We've written a few articles on how-to web marketing. With continual hyping of writting articles
and advertising in your local ad rags (magazines). Here's more of the same, however this time with pictures of examples!! Examples first, words of wisdom follows...
Fig 1. theinquirer.net front page!! Wow, it's the techie's version of having a feature run about you in the nytimes.
Fig 2. jobsinjapan.com front page!! Locally in Japan jobsinjapan.com has huge traffic.
Everyone is always asking, "how do I get our sites on the top of search engines." The answer is, your thinking the wrong way. Don't aim for the top,
just aim to be in the search results. Search result positioning is random with a few factors that help to get better positioning.
Search engines are not the holy grail of the web. Search engines are not target. Local businesses are target.
Most people find sites initially by search engines and then form habits of going regularly to a few web sites. So remember to advertise there. And don't be overly fixated on media web sites. These are free sites where people are just spending time. Popular high traffic businesses, people buy services from them. These people are more likely to buy services from you.
Banners build a brand. Often advertisements in ad rags (magazines) are little more than banners. The goal is get people to think about you when a topic comes up. Brand recognition means future sales.
On the web, banners and links are nice, but think articles. Go that extra step and ask others to do the same. Banners and links don't deliver a story, articles do. Be a good host and give us some entertainment.
Bad news works. Positive/Passionate people that only read editorials are rare. True business people who get excited about other local businesses advertisements are like discovering a new species and is a good reason for a celebration. For all the rest of you, that actually read propaganda...opps...news articles, you're addicted to negativity. If you fall into this category first step is break the cycle, it will change your life. With that said even positive/passionate and true business people realize that negativity sells. So complain about something and write about it. Instant traffic.
You link or write an article about another web site. The search engines then show that article in the search results. Not to their site, the article is on your site so you get the benefit.

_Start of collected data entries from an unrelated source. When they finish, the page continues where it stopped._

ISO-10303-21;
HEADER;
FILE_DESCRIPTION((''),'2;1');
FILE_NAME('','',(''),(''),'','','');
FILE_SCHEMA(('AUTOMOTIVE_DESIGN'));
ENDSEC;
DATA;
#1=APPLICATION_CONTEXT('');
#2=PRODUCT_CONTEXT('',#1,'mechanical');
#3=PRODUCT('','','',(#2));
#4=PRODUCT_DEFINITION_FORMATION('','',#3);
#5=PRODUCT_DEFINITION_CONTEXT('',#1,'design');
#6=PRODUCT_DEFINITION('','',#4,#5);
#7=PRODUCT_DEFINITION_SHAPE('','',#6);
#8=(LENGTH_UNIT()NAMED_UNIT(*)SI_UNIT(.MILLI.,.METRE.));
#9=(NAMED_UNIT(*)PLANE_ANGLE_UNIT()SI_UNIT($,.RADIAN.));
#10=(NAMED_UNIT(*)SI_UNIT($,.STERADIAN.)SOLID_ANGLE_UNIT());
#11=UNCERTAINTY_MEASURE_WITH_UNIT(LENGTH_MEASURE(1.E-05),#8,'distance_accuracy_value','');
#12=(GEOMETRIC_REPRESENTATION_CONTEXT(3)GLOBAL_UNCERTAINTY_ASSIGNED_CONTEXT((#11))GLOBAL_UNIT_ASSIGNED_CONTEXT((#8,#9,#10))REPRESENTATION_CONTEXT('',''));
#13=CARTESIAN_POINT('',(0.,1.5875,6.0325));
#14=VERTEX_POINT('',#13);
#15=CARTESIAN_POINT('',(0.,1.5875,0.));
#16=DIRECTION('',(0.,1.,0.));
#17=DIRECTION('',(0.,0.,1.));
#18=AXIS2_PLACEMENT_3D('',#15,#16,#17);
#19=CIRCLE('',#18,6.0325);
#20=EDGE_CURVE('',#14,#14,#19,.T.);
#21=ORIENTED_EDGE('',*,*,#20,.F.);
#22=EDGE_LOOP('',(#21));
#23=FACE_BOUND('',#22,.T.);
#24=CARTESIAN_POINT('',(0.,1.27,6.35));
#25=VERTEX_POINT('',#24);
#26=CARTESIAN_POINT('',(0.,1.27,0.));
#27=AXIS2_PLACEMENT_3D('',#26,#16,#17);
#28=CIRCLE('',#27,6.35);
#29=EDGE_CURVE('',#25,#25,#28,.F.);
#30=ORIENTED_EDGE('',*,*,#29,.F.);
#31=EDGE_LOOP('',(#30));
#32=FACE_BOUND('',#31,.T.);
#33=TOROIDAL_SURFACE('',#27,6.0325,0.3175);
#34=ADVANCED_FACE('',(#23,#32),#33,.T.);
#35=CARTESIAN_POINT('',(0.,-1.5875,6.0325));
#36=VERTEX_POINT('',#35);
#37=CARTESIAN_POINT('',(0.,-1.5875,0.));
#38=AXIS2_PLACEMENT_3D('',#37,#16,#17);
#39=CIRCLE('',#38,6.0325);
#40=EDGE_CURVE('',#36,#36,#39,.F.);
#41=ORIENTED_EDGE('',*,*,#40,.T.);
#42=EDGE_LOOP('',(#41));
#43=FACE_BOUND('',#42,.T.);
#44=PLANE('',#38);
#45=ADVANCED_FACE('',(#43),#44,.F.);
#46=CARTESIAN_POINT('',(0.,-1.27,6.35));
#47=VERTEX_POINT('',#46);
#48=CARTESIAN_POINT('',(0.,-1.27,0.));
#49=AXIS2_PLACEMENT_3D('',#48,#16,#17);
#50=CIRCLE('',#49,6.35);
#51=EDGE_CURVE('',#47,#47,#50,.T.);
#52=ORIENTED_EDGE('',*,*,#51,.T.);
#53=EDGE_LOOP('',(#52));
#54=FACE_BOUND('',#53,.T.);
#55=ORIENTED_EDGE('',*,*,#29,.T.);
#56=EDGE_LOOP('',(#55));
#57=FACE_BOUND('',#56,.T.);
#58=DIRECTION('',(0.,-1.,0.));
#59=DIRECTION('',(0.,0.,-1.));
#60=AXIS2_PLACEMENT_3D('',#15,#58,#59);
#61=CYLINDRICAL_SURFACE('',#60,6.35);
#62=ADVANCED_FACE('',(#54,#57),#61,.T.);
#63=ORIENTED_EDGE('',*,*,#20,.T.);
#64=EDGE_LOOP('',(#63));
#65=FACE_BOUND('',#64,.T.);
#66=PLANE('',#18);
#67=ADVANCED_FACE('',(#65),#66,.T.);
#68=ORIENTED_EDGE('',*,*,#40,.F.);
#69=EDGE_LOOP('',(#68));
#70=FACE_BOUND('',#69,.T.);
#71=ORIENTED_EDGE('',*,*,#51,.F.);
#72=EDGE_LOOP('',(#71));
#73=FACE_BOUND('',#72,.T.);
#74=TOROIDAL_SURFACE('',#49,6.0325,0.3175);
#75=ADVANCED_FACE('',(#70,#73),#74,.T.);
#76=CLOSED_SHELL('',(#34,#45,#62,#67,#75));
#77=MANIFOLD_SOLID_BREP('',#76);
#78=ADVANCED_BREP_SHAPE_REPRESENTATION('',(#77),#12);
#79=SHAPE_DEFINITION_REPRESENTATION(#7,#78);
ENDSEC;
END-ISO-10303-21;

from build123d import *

# Parameters (mm, degrees)
SKETCH1_R           = 6.35
BOSS_EXTRUDE1_DEPTH = 1.5875
FILLET1_R           = 0.3175


with BuildPart() as part:
    # Sketch1 → Boss-Extrude1 (new, symmetric)
    with BuildSketch(Plane(origin=(0, 0, 0), x_dir=(1, 0, 0), z_dir=(0, 1, 0))):
        with Locations(Location((0, 0, 0), (0, 0, 270))):
            Circle(SKETCH1_R)
    extrude(amount=BOSS_EXTRUDE1_DEPTH, both=True)

    # Fillet1
    fillet1_edges = [part.edges().sort_by_distance(p)[0] for p in [
        (0, -1.5875, -6.35),
        (0, 1.5875, -6.35),
    ]]
    fillet(fillet1_edges, radius=FILLET1_R)


solid = part.part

Your friend links or writes an article about your site. Then their site shows in search results and your benefit is that they are talking about you.
Bigger is better. What is the measure of "bigger"? The shear quantity of text. That is why many low-image high textual web sites such as drudgereport.com or jobsinjapan.com get better positioning. It is also why companies with flash or graphic intensive sites get no business. Their sites look good but search engines can't read giberish.
Sites using .html / .htm only are high performers. Pages that use scripts such as .php, .asp, .cgi, .cfm, etc trip up search engines. Take a look at your local news web site notice that successful sites use only html.
Story Behind the Banner.
We had a spat with spamhaus.org a little while back. We were using a shared server at a server farm. The
server got blacklisted and so some domains email were being rejected by ISPs that use the spamhaus.org blacklist to filter SPAM. It was
the server farm's responsibility to get unblacklisted however they did nothing for two months, so we sent spamhaus.org an email.
spamhaus.org has an email address which is supposed to be used to get off the blacklist. Imagine our surprise, having sent an email to
spamhaus unblacklistme email address, when it was bounced back in our face. spamhaus.org was filtering the unblacklistme account. So basically
if your blacklisted then you can't resolve the issue without using a non-blacklisted account. A classic catch 22 situation. So we let
spamhaus.org have it. First we used a non-blacklisted email address and then CC'ed a seathing email to the server farm, spamhaus.org
and theinquirer.net. That got spamhaus's attention. Resolving the issue was simple the server farm removed the offending domains off
their server and then spamhaus.org verified that the domains were removed. This whole process took about two weeks. Mike Magee at
theinquirer.net seemed to have appreciated us sending in the information about our spat with spamhaus.org and we were graciously rewarded
with the WIJ banner being put into their banner rotation. Thanks Mike.